Cigar, the champion racehorse, is a dud as a stud. Attempts to impregnate numerous mares have failed. But his handlers are not discouraged. They think they might try to have Cigar cloned.

If a sheep and a monkey can be cloned—and possibly a racehorse—can human clones be far behind? The process is novel, though the concept is not.

We have long known that virtually every cell of the body contains a person's complete genetic code. The exception is sperm or egg cells, each of which contains half the genetic material until the sperm fertilizes the egg and a new human being with a complete genetic code begins growing.

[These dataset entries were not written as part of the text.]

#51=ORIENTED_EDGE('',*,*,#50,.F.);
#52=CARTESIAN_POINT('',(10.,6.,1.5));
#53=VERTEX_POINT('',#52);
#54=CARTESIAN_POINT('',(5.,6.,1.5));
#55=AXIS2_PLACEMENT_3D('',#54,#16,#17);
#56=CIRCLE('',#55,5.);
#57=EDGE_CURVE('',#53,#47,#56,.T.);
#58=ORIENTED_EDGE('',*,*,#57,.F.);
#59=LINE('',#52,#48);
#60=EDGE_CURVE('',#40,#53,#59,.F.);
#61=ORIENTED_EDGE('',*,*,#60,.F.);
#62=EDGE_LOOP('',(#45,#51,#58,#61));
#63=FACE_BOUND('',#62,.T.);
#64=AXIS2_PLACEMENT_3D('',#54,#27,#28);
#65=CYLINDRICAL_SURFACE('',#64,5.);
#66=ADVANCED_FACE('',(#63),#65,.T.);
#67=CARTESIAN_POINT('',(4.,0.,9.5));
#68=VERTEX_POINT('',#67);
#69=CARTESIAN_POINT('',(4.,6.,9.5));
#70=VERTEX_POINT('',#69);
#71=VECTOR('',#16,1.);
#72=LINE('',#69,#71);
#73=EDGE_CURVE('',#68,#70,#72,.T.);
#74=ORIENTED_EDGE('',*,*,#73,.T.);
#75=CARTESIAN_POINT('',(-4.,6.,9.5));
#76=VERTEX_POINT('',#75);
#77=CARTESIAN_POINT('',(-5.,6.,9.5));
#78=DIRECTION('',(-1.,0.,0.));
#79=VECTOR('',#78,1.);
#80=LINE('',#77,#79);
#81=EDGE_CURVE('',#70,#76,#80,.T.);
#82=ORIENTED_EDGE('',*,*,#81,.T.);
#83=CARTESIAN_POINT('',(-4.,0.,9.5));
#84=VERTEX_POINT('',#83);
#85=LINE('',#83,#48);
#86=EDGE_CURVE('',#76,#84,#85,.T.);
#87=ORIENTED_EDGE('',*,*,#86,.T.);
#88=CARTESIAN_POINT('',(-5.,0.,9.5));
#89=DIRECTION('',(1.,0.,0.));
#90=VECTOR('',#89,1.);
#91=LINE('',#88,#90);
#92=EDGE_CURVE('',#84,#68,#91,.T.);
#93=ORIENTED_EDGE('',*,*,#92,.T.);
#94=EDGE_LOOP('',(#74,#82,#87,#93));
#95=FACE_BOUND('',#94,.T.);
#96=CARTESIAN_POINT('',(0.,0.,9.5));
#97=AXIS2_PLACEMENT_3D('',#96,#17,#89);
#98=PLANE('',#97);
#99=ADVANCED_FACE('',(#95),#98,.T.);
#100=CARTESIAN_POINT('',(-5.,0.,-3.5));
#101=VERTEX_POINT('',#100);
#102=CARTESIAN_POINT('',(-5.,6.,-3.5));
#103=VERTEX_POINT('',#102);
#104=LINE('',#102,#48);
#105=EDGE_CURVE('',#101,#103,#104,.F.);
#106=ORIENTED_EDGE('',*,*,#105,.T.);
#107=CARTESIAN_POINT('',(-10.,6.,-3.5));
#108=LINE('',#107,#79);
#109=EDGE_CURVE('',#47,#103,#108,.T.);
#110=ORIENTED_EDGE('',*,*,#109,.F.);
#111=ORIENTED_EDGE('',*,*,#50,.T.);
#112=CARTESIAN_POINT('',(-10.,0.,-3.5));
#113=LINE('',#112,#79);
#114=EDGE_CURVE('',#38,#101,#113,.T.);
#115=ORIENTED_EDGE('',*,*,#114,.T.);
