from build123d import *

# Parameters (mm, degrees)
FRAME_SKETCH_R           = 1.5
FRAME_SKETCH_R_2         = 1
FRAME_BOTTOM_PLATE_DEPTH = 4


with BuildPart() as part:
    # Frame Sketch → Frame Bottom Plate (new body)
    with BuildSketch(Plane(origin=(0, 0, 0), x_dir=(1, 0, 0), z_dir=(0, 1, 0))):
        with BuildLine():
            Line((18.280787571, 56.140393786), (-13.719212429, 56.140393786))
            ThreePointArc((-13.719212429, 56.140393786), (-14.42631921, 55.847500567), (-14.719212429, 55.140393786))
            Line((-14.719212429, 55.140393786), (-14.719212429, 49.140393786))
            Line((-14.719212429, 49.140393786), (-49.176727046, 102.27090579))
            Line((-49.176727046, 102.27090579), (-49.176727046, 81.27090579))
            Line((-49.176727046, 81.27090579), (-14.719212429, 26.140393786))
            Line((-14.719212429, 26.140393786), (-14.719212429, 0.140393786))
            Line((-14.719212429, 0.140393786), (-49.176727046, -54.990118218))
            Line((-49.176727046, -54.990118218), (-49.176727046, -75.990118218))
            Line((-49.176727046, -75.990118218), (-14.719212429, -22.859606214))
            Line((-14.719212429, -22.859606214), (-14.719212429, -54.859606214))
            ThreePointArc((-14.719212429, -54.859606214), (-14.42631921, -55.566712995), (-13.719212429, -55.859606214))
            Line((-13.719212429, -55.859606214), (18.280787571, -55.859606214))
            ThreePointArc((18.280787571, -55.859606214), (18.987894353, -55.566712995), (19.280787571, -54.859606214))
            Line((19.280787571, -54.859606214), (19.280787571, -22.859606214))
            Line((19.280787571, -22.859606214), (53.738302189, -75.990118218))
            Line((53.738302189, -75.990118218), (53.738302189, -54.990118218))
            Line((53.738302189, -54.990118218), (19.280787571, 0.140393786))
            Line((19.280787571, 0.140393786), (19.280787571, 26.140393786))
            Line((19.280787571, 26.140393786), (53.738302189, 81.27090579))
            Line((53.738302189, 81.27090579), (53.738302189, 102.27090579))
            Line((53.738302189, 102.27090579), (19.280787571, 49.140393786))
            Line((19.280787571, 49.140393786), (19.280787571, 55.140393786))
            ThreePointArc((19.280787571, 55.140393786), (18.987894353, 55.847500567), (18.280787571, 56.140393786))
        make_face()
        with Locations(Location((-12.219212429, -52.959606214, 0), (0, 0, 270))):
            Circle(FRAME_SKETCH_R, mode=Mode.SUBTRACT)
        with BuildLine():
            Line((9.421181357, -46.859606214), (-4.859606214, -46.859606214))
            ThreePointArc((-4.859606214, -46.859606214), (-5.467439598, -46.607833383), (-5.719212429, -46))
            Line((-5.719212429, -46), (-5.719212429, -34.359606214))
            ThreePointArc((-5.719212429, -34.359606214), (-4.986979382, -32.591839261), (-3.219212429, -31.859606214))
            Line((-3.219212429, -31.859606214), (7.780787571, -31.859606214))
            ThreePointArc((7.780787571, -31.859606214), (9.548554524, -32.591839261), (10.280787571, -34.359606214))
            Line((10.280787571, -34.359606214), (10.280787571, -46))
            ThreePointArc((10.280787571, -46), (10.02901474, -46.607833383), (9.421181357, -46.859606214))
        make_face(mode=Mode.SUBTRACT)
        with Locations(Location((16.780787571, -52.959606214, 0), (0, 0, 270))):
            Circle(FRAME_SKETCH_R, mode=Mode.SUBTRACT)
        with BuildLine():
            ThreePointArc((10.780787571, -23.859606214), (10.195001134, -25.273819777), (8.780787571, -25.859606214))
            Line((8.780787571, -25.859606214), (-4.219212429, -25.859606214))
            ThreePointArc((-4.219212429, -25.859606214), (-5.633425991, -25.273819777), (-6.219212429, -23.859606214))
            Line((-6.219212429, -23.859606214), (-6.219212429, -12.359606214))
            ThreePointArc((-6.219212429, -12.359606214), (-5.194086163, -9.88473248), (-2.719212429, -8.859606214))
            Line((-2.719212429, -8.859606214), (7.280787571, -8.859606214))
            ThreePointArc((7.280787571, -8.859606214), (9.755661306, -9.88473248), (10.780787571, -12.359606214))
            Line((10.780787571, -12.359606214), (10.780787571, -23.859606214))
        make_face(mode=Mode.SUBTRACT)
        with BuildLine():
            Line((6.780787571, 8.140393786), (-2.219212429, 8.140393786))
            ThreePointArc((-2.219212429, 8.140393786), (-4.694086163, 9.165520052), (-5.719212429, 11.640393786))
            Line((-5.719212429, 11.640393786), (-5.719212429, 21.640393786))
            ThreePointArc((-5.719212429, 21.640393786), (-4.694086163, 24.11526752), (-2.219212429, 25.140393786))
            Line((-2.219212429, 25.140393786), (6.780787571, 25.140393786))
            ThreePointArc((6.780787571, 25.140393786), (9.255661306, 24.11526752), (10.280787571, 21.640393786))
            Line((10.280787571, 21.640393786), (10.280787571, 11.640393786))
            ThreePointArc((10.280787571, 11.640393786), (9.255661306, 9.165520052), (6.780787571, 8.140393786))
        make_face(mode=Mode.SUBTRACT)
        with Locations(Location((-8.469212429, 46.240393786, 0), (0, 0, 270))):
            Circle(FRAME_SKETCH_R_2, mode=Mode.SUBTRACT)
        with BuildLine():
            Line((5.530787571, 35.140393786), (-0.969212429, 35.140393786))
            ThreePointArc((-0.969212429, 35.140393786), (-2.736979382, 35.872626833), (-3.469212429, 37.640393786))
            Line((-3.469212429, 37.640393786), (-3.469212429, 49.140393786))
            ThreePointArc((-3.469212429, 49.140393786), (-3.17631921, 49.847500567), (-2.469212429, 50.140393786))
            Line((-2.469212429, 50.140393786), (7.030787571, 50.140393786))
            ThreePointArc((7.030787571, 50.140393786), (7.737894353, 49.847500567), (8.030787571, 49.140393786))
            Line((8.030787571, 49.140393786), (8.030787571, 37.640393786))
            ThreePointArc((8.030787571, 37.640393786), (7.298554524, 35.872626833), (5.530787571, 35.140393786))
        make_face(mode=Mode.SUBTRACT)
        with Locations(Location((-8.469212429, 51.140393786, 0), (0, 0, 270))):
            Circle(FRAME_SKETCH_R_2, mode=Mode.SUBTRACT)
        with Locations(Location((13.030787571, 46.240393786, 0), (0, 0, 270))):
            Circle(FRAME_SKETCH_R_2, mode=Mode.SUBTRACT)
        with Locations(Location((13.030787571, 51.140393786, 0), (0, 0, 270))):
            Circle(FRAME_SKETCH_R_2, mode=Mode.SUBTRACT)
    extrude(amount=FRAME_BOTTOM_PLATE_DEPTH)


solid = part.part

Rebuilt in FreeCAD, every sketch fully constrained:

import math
import FreeCAD as App
import Part
import Sketcher
from FreeCAD import Vector
Q = App.Units.Quantity

doc = App.newDocument("Part")
body = doc.addObject("PartDesign::Body", "Body")

# Sketch on XZ plane
sketch1 = body.newObject("Sketcher::SketchObject", "Sketch")
sketch1.AttachmentSupport = (doc.getObject("XZ_Plane"), [""])
sketch1.MapMode = "FlatFace"
sketch1.addGeometry(Part.LineSegment(Vector(18.3, -56.1, 0), Vector(-13.7, -56.1, 0)), False)
sketch1.addGeometry(Part.ArcOfCircle(Part.Circle(Vector(-13.7, -55.1, 0), Vector(0, 0, 1), 1), math.radians(-180), math.radians(-90)), False)
sketch1.addGeometry(Part.LineSegment(Vector(-14.7, -55.1, 0), Vector(-14.7, -49.1, 0)), False)
sketch1.addGeometry(Part.LineSegment(Vector(-14.7, -49.1, 0), Vector(-49.2, -102.3, 0)), False)
sketch1.addGeometry(Part.LineSegment(Vector(-49.2, -102.3, 0), Vector(-49.2, -81.3, 0)), False)
sketch1.addGeometry(Part.LineSegment(Vector(-49.2, -81.3, 0), Vector(-14.7, -26.1, 0)), False)
sketch1.addGeometry(Part.LineSegment(Vector(-14.7, -26.1, 0), Vector(-14.7, -0.1, 0)), False)
sketch1.addGeometry(Part.LineSegment(Vector(-14.7, -0.1, 0), Vector(-49.2, 55, 0)), False)
sketch1.addGeometry(Part.LineSegment(Vector(-49.2, 55, 0), Vector(-49.2, 76, 0)), False)
sketch1.addGeometry(Part.LineSegment(Vector(-49.2, 76, 0), Vector(-14.7, 22.9, 0)), False)
sketch1.addGeometry(Part.LineSegment(Vector(-14.7, 22.9, 0), Vector(-14.7, 54.9, 0)), False)
sketch1.addGeometry(Part.ArcOfCircle(Part.Circle(Vector(-13.7, 54.9, 0), Vector(0, 0, 1), 1), math.radians(90), math.radians(180)), False)
sketch1.addGeometry(Part.LineSegment(Vector(-13.7, 55.9, 0), Vector(18.3, 55.9, 0)), False)
sketch1.addGeometry(Part.ArcOfCircle(Part.Circle(Vector(18.3, 54.9, 0), Vector(0, 0, 1), 1), math.radians(0), math.radians(90)), False)
sketch1.addGeometry(Part.LineSegment(Vector(19.3, 54.9, 0), Vector(19.3, 22.9, 0)), False)
sketch1.addGeometry(Part.LineSegment(Vector(19.3, 22.9, 0), Vector(53.7, 76, 0)), False)
sketch1.addGeometry(Part.LineSegment(Vector(53.7, 76, 0), Vector(53.7, 55, 0)), False)
sketch1.addGeometry(Part.LineSegment(Vector(53.7, 55, 0), Vector(19.3, -0.1, 0)), False)
sketch1.addGeometry(Part.LineSegment(Vector(19.3, -0.1, 0), Vector(19.3, -26.1, 0)), False)
sketch1.addGeometry(Part.LineSegment(Vector(19.3, -26.1, 0), Vector(53.7, -81.3, 0)), False)
sketch1.addGeometry(Part.LineSegment(Vector(53.7, -81.3, 0), Vector(53.7, -102.3, 0)), False)
sketch1.addGeometry(Part.LineSegment(Vector(53.7, -102.3, 0), Vector(19.3, -49.1, 0)), False)
sketch1.addGeometry(Part.LineSegment(Vector(19.3, -49.1, 0), Vector(19.3, -55.1, 0)), False)
sketch1.addGeometry(Part.ArcOfCircle(Part.Circle(Vector(18.3, -55.1, 0), Vector(0, 0, 1), 1), math.radians(-90), math.radians(0)), False)
sketch1.addGeometry(Part.Circle(Vector(-12.2, 53, 0), Vector(0, 0, 1), 1.5), False)
sketch1.addGeometry(Part.ArcOfCircle(Part.Circle(Vector(9.4, 46, 0), Vector(0, 0, 1), 0.9), math.radians(0), math.radians(90)), False)
sketch1.addGeometry(Part.LineSegment(Vector(9.4, 46.9, 0), Vector(-4.9, 46.9, 0)), False)
sketch1.addGeometry(Part.ArcOfCircle(Part.Circle(Vector(-4.9, 46, 0), Vector(0, 0, 1), 0.9), math.radians(90), math.radians(180)), False)
sketch1.addGeometry(Part.LineSegment(Vector(-5.7, 46, 0), Vector(-5.7, 34.4, 0)), False)
sketch1.addGeometry(Part.ArcOfCircle(Part.Circle(Vector(-3.2, 34.4, 0), Vector(0, 0, 1), 2.5), math.radians(180), math.radians(270)), False)
sketch1.addGeometry(Part.LineSegment(Vector(-3.2, 31.9, 0), Vector(7.8, 31.9, 0)), False)
sketch1.addGeometry(Part.ArcOfCircle(Part.Circle(Vector(7.8, 34.4, 0), Vector(0, 0, 1), 2.5), math.radians(-90), math.radians(0)), False)
sketch1.addGeometry(Part.LineSegment(Vector(10.3, 34.4, 0), Vector(10.3, 46, 0)), False)
sketch1.addGeometry(Part.Circle(Vector(16.8, 53, 0), Vector(0, 0, 1), 1.5), False)
sketch1.addGeometry(Part.LineSegment(Vector(10.8, 12.4, 0), Vector(10.8, 23.9, 0)), False)
sketch1.addGeometry(Part.ArcOfCircle(Part.Circle(Vector(8.8, 23.9, 0), Vector(0, 0, 1), 2), math.radians(0), math.radians(90)), False)
sketch1.addGeometry(Part.LineSegment(Vector(8.8, 25.9, 0), Vector(-4.2, 25.9, 0)), False)
sketch1.addGeometry(Part.ArcOfCircle(Part.Circle(Vector(-4.2, 23.9, 0), Vector(0, 0, 1), 2), math.radians(90), math.radians(180)), False)
sketch1.addGeometry(Part.LineSegment(Vector(-6.2, 23.9, 0), Vector(-6.2, 12.4, 0)), False)
sketch1.addGeometry(Part.ArcOfCircle(Part.Circle(Vector(-2.7, 12.4, 0), Vector(0, 0, 1), 3.5), math.radians(-180), math.radians(-90)), False)
sketch1.addGeometry(Part.LineSegment(Vector(-2.7, 8.9, 0), Vector(7.3, 8.9, 0)), False)
sketch1.addGeometry(Part.ArcOfCircle(Part.Circle(Vector(7.3, 12.4, 0), Vector(0, 0, 1), 3.5), math.radians(-90), math.radians(0)), False)
sketch1.addGeometry(Part.Circle(Vector(-8.5, -46.2, 0), Vector(0, 0, 1), 1), False)
sketch1.addGeometry(Part.Circle(Vector(-8.5, -51.1, 0), Vector(0, 0, 1), 1), False)
sketch1.addGeometry(Part.ArcOfCircle(Part.Circle(Vector(6.8, -11.6, 0), Vector(0, 0, 1), 3.5), math.radians(0), math.radians(90)), False)
sketch1.addGeometry(Part.LineSegment(Vector(6.8, -8.1, 0), Vector(-2.2, -8.1, 0)), False)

We have now learned that the partial genetic material in an unfertilized egg cell may be replaced by the complete genetic material from a cell taken from an adult. With a full genetic code, the egg cell behaves as if it has been fertilized. At least, that is how Dolly, the sheep cloned in Scotland, came to be. Hence, producing genetic copies of human beings now seems more likely.

We have been anticipating this possibility in humans for decades and have been playing with it in our imaginations. The movie The Boys from Brazil was about an attempt to clone Adolf Hitler. And in Aldous Huxley's novel Brave New World, clones were produced to fulfill undesirable social roles. More recently the movie Multiplicity portrayed a harried man who jumped at the chance to have himself copied—the better to tend to his office work, his home chores, and his family relationships. It all seems so attractive, at first glance, in our hectic, achievement-crazed society.

The costs of clones
But how do we achieve this technologically blissful state? Multiplicity is silent on this matter, implying that technique is best left to scientists, as if the rest of us are interested only in the outcome. But the experiments of Nazi Germany and the resulting Nuremberg Trials and Code taught us long ago that there is some knowledge that we must not pursue if it requires the use of immoral means.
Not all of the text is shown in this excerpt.